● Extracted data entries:
· · ·

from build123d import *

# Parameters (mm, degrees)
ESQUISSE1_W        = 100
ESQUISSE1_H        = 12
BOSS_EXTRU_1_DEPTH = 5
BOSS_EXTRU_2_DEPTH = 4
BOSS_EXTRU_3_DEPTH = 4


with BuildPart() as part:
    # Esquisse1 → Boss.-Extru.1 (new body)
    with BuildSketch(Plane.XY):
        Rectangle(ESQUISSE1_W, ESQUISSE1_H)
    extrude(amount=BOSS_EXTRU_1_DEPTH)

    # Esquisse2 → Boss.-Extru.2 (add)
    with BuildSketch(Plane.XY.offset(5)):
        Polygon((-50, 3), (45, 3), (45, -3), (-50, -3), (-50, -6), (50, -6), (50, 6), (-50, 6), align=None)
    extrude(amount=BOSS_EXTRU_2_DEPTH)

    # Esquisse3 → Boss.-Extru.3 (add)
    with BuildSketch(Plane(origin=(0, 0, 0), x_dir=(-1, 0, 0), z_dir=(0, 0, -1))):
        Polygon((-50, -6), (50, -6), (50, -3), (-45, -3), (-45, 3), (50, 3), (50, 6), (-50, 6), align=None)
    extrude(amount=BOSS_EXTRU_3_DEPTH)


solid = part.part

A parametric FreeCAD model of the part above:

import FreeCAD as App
import Part
import Sketcher

V = App.Vector


def add_polygon(sketch, points):
    """Adds a closed chain of lines whose ends are joined by coincident constraints."""
    first, n = sketch.GeometryCount, len(points)
    for a, b in zip(points, points[1:] + points[:1]):
        sketch.addGeometry(Part.LineSegment(App.Vector(*a, 0), App.Vector(*b, 0)), False)
    for i in range(n):
        sketch.addConstraint(Sketcher.Constraint("Coincident", first + i, 2, first + (i + 1) % n, 1))

doc = App.newDocument("Part")
body = doc.addObject("PartDesign::Body", "Body")

# Sketch on XY plane
sketch1 = body.newObject("Sketcher::SketchObject", "Sketch")
sketch1.AttachmentSupport = (doc.getObject("XY_Plane"), [""])
sketch1.MapMode = "FlatFace"
add_polygon(sketch1, [(-50, 6), (-50, -6), (50, -6), (50, 6)])  # lines 0-3
sketch1.addConstraint(Sketcher.Constraint("Vertical", 0))
sketch1.addConstraint(Sketcher.Constraint("Horizontal", 1))
sketch1.addConstraint(Sketcher.Constraint("Vertical", 2))
sketch1.addConstraint(Sketcher.Constraint("Horizontal", 3))
sketch1.addConstraint(Sketcher.Constraint("Symmetric", 0, 2, 2, 2, -1, 1))
sketch1.addConstraint(Sketcher.Constraint("DistanceX", 1, 1, 1, 2, 100.0))
sketch1.addConstraint(Sketcher.Constraint("DistanceY", 0, 2, 0, 1, 12.0))
pad1 = body.newObject("PartDesign::Pad", "Pad")
pad1.Profile = sketch1
pad1.Length = 5

# Sketch on XY plane
sketch2 = body.newObject("Sketcher::SketchObject", "Sketch001")
sketch2.AttachmentSupport = (doc.getObject("XY_Plane"), [""])
sketch2.MapMode = "FlatFace"
sketch2.AttachmentOffset = App.Placement(V(0, 0, 5), App.Rotation())
add_polygon(sketch2, [(-50, 3), (45, 3), (45, -3), (-50, -3), (-50, -6), (50, -6), (50, 6), (-50, 6)])  # lines 0-7
sketch2.addConstraint(Sketcher.Constraint("Horizontal", 0))
sketch2.addConstraint(Sketcher.Constraint("Vertical", 1))
sketch2.addConstraint(Sketcher.Constraint("Horizontal", 2))
sketch2.addConstraint(Sketcher.Constraint("Vertical", 3))
sketch2.addConstraint(Sketcher.Constraint("Horizontal", 4))
sketch2.addConstraint(Sketcher.Constraint("Vertical", 5))
sketch2.addConstraint(Sketcher.Constraint("Horizontal", 6))
sketch2.addConstraint(Sketcher.Constraint("Vertical", 7))
sketch2.addConstraint(Sketcher.Constraint("Symmetric", 3, 2, 5, 2, -1, 1))
sketch2.addConstraint(Sketcher.Constraint("Symmetric", 2, 2, 7, 2, -1))
sketch2.addConstraint(Sketcher.Constraint("DistanceX", 0, 1, 0, 2, 95.0))
sketch2.addConstraint(Sketcher.Constraint("DistanceX", 4, 1, 4, 2, 100.0))
sketch2.addConstraint(Sketcher.Constraint("DistanceY", 1, 2, 1, 1, 6.0))
sketch2.addConstraint(Sketcher.Constraint("DistanceY", 3, 2, 3, 1, 3.0))
pad2 = body.newObject("PartDesign::Pad", "Pad001")
pad2.Profile = sketch2
pad2.Length = 4

# Sketch on XY plane
sketch3 = body.newObject("Sketcher::SketchObject", "Sketch002")
sketch3.AttachmentSupport = (doc.getObject("XY_Plane"), [""])
sketch3.MapMode = "FlatFace"
add_polygon(sketch3, [(50, -6), (-50, -6), (-50, -3), (45, -3), (45, 3), (-50, 3), (-50, 6), (50, 6)])  # lines 0-7
sketch3.addConstraint(Sketcher.Constraint("Horizontal", 0))
sketch3.addConstraint(Sketcher.Constraint("Vertical", 1))
sketch3.addConstraint(Sketcher.Constraint("Horizontal", 2))
sketch3.addConstraint(Sketcher.Constraint("Vertical", 3))
sketch3.addConstraint(Sketcher.Constraint("Horizontal", 4))
sketch3.addConstraint(Sketcher.Constraint("Vertical", 5))
sketch3.addConstraint(Sketcher.Constraint("Horizontal", 6))
sketch3.addConstraint(Sketcher.Constraint("Vertical", 7))
sketch3.addConstraint(Sketcher.Constraint("Symmetric", 0, 2, 6, 2, -1, 1))
sketch3.addConstraint(Sketcher.Constraint("Symmetric", 1, 2, 4, 2, -1))
sketch3.addConstraint(Sketcher.Constraint("DistanceX", 0, 2, 0, 1, 100.0))
sketch3.addConstraint(Sketcher.Constraint("DistanceX", 2, 1, 2, 2, 95.0))
sketch3.addConstraint(Sketcher.Constraint("DistanceY", 1, 1, 1, 2, 3.0))
sketch3.addConstraint(Sketcher.Constraint("DistanceY", 3, 1, 3, 2, 6.0))
pad3 = body.newObject("PartDesign::Pad", "Pad002")
pad3.Profile = sketch3
pad3.Length = 4
pad3.Reversed = True

doc.recompute()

· · ·

● Task requirements:
Whenever a line of the data includes "None", copy that line.

● Finished task:
        Polygon((-50, 3), (45, 3), (45, -3), (-50, -3), (-50, -6), (50, -6), (50, 6), (-50, 6), align=None)
        Polygon((-50, -6), (50, -6), (50, -3), (-45, -3), (-45, 3), (50, 3), (50, 6), (-50, 6), align=None)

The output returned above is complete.